Fuchs’ dystrophy is caused by the loss of corneal endothelial cells. The cornea is the clear window on the front of the eye, and the endothelial cells are on the back surface of the cornea. Endothelial cells help keep the cornea clear by pumping out excess fluid. 

“We’re born with a given number of endothelial cells and gradually lose those cells over time as natural part of the aging process,” explains ophthalmologist Brian Armstrong, MD. “In Fuchs' dystrophy, these cells die off more rapidly than normal, leading to fluid buildup and corneal swelling.” 

It’s believed that genetic mutations in the corneal endothelial cells or surrounding tissue may contribute to their premature death, resulting in Fuchs’ dystrophy.

When too many cells die, and the endothelial cell density reaches a certain minimal threshold, fluid can build up in the cornea. The cornea thickens and becomes cloudy, causing vision to become blurry – like looking through a foggy bathroom mirror. 

“Fuchs' dystrophy is more common in women and tends to run in families,” says Dr. Armstrong. “If either of your parents has this condition, you have a 50% chance of developing it too.” 

Other risk factors for developing the disease include: 

• Age (symptoms usually appear later in life when a person reaches their 50s or 60s) 
• European descent 
• Diabetes (a possible risk factor)

While there's no way to prevent Fuchs' dystrophy, you can manage certain risk factors by: 

• Avoiding smoking.
• Eating a well-balanced diet with lots of leafy greens and colorful vegetables. 
• Protecting your eyes from UV light by wearing sunglasses.
• Getting regular eye check-ups.

What are the symptoms of Fuchs’ dystrophy?
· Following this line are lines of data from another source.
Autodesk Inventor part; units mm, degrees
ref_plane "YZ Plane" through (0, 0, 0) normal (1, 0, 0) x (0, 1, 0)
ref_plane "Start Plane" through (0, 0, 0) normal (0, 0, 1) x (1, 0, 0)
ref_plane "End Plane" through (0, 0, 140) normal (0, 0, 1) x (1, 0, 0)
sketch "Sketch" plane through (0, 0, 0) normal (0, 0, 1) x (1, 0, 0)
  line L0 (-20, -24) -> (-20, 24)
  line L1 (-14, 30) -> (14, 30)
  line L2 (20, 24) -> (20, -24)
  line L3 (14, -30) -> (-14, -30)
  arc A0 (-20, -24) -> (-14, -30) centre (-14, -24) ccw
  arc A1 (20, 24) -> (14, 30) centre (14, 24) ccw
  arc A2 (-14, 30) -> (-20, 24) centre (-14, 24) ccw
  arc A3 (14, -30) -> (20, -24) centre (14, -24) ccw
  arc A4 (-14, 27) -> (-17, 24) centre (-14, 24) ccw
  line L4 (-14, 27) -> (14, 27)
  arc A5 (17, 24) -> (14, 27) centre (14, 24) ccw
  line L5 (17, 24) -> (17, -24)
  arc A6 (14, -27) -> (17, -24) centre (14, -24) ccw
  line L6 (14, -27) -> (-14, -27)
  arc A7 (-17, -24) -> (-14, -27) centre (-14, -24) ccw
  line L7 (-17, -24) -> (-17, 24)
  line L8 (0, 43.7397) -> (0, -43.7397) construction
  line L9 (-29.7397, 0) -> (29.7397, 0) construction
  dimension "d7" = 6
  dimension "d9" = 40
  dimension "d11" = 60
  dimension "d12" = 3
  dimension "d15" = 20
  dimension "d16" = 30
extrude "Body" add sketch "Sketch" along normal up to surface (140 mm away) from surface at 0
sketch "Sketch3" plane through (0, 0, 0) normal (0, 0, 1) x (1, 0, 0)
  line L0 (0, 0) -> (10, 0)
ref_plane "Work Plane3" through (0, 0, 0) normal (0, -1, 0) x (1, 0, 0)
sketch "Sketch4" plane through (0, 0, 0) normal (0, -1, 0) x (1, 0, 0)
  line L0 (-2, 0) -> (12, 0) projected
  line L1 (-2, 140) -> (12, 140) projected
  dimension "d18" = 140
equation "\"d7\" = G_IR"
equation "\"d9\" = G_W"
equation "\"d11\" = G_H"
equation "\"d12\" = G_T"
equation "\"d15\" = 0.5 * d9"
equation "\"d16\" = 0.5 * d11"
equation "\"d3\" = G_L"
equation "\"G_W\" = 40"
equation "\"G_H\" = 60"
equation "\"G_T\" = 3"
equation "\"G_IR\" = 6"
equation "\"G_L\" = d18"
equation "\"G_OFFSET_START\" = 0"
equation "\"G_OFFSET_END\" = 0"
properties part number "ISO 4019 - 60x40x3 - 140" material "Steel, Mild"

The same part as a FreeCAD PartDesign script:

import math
import FreeCAD as App
import Part
import Sketcher
Q = App.Units.Quantity

doc = App.newDocument("Part")
params = doc.addObject("Spreadsheet::Sheet", "Params")
for row, (alias, value) in enumerate([
    ("sketch1_radius", "6 mm"),
    ("sketch1_radius2", "3 mm"),
    ("pad1_length", "140 mm"),
], start=1):
    params.set(f"A{row}", alias)
    params.set(f"B{row}", "=" + value)
    params.setAlias(f"B{row}", alias)

body = doc.addObject("PartDesign::Body", "Body")

sketch1 = body.newObject("Sketcher::SketchObject", "Sketch")
sketch1.AttachmentSupport = (doc.getObject("XY_Plane"), [""])
sketch1.MapMode = "FlatFace"
sketch1.addGeometry([
    Part.LineSegment(App.Vector(-20, 24, 0), App.Vector(-20, -24, 0)),
    Part.ArcOfCircle(Part.Circle(App.Vector(-14, -24, 0), App.Vector(0, 0, 1), 6), math.radians(180), math.radians(270)),
    Part.LineSegment(App.Vector(-14, -30, 0), App.Vector(14, -30, 0)),
    Part.ArcOfCircle(Part.Circle(App.Vector(14, -24, 0), App.Vector(0, 0, 1), 6), math.radians(-90), math.radians(0)),
    Part.LineSegment(App.Vector(20, -24, 0), App.Vector(20, 24, 0)),
    Part.ArcOfCircle(Part.Circle(App.Vector(14, 24, 0), App.Vector(0, 0, 1), 6), math.radians(0), math.radians(90)),
    Part.LineSegment(App.Vector(14, 30, 0), App.Vector(-14, 30, 0)),
    Part.ArcOfCircle(Part.Circle(App.Vector(-14, 24, 0), App.Vector(0, 0, 1), 6), math.radians(90), math.radians(180)),
    Part.ArcOfCircle(Part.Circle(App.Vector(-14, 24, 0), App.Vector(0, 0, 1), 3), math.radians(90), math.radians(180)),
    Part.LineSegment(App.Vector(-14, 27, 0), App.Vector(14, 27, 0)),
    Part.ArcOfCircle(Part.Circle(App.Vector(14, 24, 0), App.Vector(0, 0, 1), 3), math.radians(0), math.radians(90)),
    Part.LineSegment(App.Vector(17, 24, 0), App.Vector(17, -24, 0)),
    Part.ArcOfCircle(Part.Circle(App.Vector(14, -24, 0), App.Vector(0, 0, 1), 3), math.radians(-90), math.radians(0)),
    Part.LineSegment(App.Vector(14, -27, 0), App.Vector(-14, -27, 0)),
    Part.ArcOfCircle(Part.Circle(App.Vector(-14, -24, 0), App.Vector(0, 0, 1), 3), math.radians(180), math.radians(270)),
    Part.LineSegment(App.Vector(-17, -24, 0), App.Vector(-17, 24, 0)),
], False)
sketch1.addConstraint([
    Sketcher.Constraint("Tangent", 0, 2, 1, 1),
    Sketcher.Constraint("Tangent", 1, 2, 2, 1),
    Sketcher.Constraint("Tangent", 2, 2, 3, 1),
    Sketcher.Constraint("Tangent", 3, 2, 4, 1),
    Sketcher.Constraint("Tangent", 4, 2, 5, 1),
    Sketcher.Constraint("Tangent", 5, 2, 6, 1),
    Sketcher.Constraint("Tangent", 6, 2, 7, 1),
    Sketcher.Constraint("Tangent", 7, 2, 0, 1),
    Sketcher.Constraint("Tangent", 8, 1, 9, 1),
    Sketcher.Constraint("Tangent", 9, 2, 10, 2),
    Sketcher.Constraint("Tangent", 10, 1, 11, 1),
    Sketcher.Constraint("Tangent", 11, 2, 12, 2),
    Sketcher.Constraint("Tangent", 12, 1, 13, 1),
    Sketcher.Constraint("Tangent", 13, 2, 14, 2),
    Sketcher.Constraint("Tangent", 14, 1, 15, 1),
    Sketcher.Constraint("Tangent", 15, 2, 8, 2),
    Sketcher.Constraint("Vertical", 0),
    Sketcher.Constraint("Horizontal", 2),
    Sketcher.Constraint("Vertical", 4),
    Sketcher.Constraint("Horizontal", 6),
    Sketcher.Constraint("Horizontal", 9),
    Sketcher.Constraint("Vertical", 11),
    Sketcher.Constraint("Horizontal", 13),
    Sketcher.Constraint("Vertical", 15),
    Sketcher.Constraint("Coincident", 8, 3, 7, 3),
    Sketcher.Constraint("Coincident", 10, 3, 5, 3),
    Sketcher.Constraint("Coincident", 12, 3, 3, 3),
    Sketcher.Constraint("Equal", 1, 3),
    Sketcher.Constraint("Equal", 3, 5),
    Sketcher.Constraint("Equal", 5, 7),
    Sketcher.Constraint("Equal", 12, 14),
    Sketcher.Constraint("Symmetric", 1, 3, 5, 3, -1, 1),
    Sketcher.Constraint("Radius", 1, Q("6 mm")),
    Sketcher.Constraint("Radius", 8, Q("3 mm")),
    Sketcher.Constraint("DistanceX", 0, 2, -1, 1, Q("20 mm")),
    Sketcher.Constraint("DistanceY", 1, 2, -1, 1, Q("30 mm")),
])
sketch1.setExpression("Constraints[32]", "Params.sketch1_radius")
sketch1.setExpression("Constraints[33]", "Params.sketch1_radius2")
pad1 = body.newObject("PartDesign::Pad", "Pad")
pad1.Profile = sketch1
pad1.setExpression("Length", "Params.pad1_length")

doc.recompute()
In the early stages of Fuchs’ dystrophy, people often have no symptoms. As the disease progresses, people may notice blurry vision, especially in the morning. If the condition progresses, blurry vision may continue later into the day. A person may see glare and halos around lights. In later stages, a person may feel irritation in their eye or feel pain caused by blisters in the cornea. 

Onset of Fuchs’ dystrophy can vary, but symptoms typically become noticeable when a person reaches their 50s or 60s. In some patients, the condition remains mild, and symptoms never develop. Sometimes, routine eye surgery, like cataract surgery, can cause the disease to progress.

How is Fuchs’ dystrophy treated?

An eye doctor, usually an ophthalmologist or optometrist, diagnoses Fuchs' dystrophy through a comprehensive eye exam. They may use a slit lamp to look for specific changes in the cornea, measure corneal thickness, and count the endothelial cells via specialized imaging. 

Early treatments include saline eye drops or ointments to reduce corneal swelling. The salt in these saline drops can draw excess fluid out of the cornea.

“You should see a corneal specialist if you experience significant vision changes or discomfort,” says Dr. Armstrong. “Surgery is usually considered when vision is severely affected, and other treatments are no longer effective.” 

About 15% of people with Fuchs' dystrophy may eventually need surgery. Surgical options include:

• Descemet membrane endothelial keratoplasty: DMEK is a partial-thickness cornea transplant that replaces only the inner layer of the cornea with a thin sheet of healthy donor cells.
• Descemet stripping endothelial keratoplasty: DSEK is a partial-thickness cornea transplant that replaces a thicker layer of tissue than DMEK.
• Penetrating keratoplasty: This is a full-thickness cornea transplant used in more severe cases.

There are also newer, less invasive surgical procedures being developed and awaiting FDA approval.